▶ **INPUT DATA**
......

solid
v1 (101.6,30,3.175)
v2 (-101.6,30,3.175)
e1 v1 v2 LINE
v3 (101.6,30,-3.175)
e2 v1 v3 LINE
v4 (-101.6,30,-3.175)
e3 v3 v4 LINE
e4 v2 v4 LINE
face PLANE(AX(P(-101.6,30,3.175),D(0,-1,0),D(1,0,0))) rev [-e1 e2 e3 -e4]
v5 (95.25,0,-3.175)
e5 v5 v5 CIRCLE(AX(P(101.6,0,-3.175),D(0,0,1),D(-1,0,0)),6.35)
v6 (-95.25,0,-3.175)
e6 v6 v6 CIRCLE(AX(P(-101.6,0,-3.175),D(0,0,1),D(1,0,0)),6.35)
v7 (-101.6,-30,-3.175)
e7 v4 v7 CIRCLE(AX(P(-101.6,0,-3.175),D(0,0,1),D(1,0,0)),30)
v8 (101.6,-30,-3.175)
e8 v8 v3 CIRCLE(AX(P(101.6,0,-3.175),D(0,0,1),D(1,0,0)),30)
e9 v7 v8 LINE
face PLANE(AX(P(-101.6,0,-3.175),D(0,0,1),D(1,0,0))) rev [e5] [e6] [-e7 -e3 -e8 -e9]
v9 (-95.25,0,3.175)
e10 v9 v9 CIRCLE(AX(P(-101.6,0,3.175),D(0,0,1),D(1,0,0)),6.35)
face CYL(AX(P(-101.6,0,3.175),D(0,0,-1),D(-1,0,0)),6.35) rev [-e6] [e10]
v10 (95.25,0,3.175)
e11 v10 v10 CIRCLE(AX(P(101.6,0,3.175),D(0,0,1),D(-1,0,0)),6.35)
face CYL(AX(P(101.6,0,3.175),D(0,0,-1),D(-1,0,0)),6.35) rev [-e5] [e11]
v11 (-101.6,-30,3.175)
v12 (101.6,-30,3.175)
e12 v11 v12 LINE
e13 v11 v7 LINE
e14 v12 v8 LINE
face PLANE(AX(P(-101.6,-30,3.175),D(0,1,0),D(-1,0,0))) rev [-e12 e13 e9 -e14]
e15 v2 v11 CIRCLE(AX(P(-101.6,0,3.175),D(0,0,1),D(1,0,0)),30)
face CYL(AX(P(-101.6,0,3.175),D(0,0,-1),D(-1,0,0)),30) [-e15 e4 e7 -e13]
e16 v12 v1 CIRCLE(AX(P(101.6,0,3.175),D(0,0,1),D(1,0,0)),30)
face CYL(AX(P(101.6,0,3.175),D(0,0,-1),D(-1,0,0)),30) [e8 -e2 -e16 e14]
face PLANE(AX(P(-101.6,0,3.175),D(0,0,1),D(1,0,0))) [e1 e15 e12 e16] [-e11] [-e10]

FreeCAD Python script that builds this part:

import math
import FreeCAD as App
import Part
import Sketcher
from FreeCAD import Vector
Q = App.Units.Quantity

doc = App.newDocument("Part")
body = doc.addObject("PartDesign::Body", "Body")

sketch1 = doc.addObject("Sketcher::SketchObject", "Sketch")
body.addObject(sketch1)
sketch1.AttachmentSupport = (doc.XY_Plane, [""])
sketch1.MapMode = "FlatFace"
sketch1.addGeometry(Part.LineSegment(Vector(102, 30, 0), Vector(-102, 30, 0)), False)
sketch1.addGeometry(Part.ArcOfCircle(Part.Circle(Vector(-102, 0, 0), Vector(0, 0, 1), 30), math.radians(90), math.radians(270)), False)
sketch1.addGeometry(Part.LineSegment(Vector(-102, -30, 0), Vector(102, -30, 0)), False)
sketch1.addGeometry(Part.ArcOfCircle(Part.Circle(Vector(102, 0, 0), Vector(0, 0, 1), 30), math.radians(-90), math.radians(90)), False)
sketch1.addGeometry(Part.Circle(Vector(102, 0, 0), Vector(0, 0, 1), 6), False)
sketch1.addGeometry(Part.Circle(Vector(-102, 0, 0), Vector(0, 0, 1), 6), False)
sketch1.addConstraint(Sketcher.Constraint("Tangent", 0, 2, 1, 1))
sketch1.addConstraint(Sketcher.Constraint("Tangent", 1, 2, 2, 1))
sketch1.addConstraint(Sketcher.Constraint("Tangent", 2, 2, 3, 1))
sketch1.addConstraint(Sketcher.Constraint("Tangent", 3, 2, 0, 1))
sketch1.addConstraint(Sketcher.Constraint("Horizontal", 0))
sketch1.addConstraint(Sketcher.Constraint("Horizontal", 2))
sketch1.addConstraint(Sketcher.Constraint("Coincident", 4, 3, 3, 3))
sketch1.addConstraint(Sketcher.Constraint("Coincident", 5, 3, 1, 3))
sketch1.addConstraint(Sketcher.Constraint("Equal", 4, 5))
sketch1.addConstraint(Sketcher.Constraint("Symmetric", 1, 3, 3, 3, -1, 1))
sketch1.addConstraint(Sketcher.Constraint("Diameter", 4, Q("0.5 in")))
sketch1.addConstraint(Sketcher.Constraint("DistanceX", 0, 2, 0, 1, Q("8 in")))
sketch1.addConstraint(Sketcher.Constraint("Radius", 1, 30.0))
pad1 = doc.addObject("PartDesign::Pad", "Pad")
body.addObject(pad1)
pad1.Profile = sketch1
pad1.Length = Q("0.25 in")
pad1.Midplane = True

doc.recompute()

......

▶ **WORK TO BE COMPLETED**
Working from the material above, restate word for word the lines between the line with "face CYL(AX(P(-101.6,0,3.175),D(0,0,-1),D(-1,0,0)),30) [-e15" and the line with "FreeCAD Python script", both included, and only those.

▶ **EXPECTED OUTPUT**
face CYL(AX(P(-101.6,0,3.175),D(0,0,-1),D(-1,0,0)),30) [-e15 e4 e7 -e13]
e16 v12 v1 CIRCLE(AX(P(101.6,0,3.175),D(0,0,1),D(1,0,0)),30)
face CYL(AX(P(101.6,0,3.175),D(0,0,-1),D(-1,0,0)),30) [e8 -e2 -e16 e14]
face PLANE(AX(P(-101.6,0,3.175),D(0,0,1),D(1,0,0))) [e1 e15 e12 e16] [-e11] [-e10]

FreeCAD Python script that builds this part:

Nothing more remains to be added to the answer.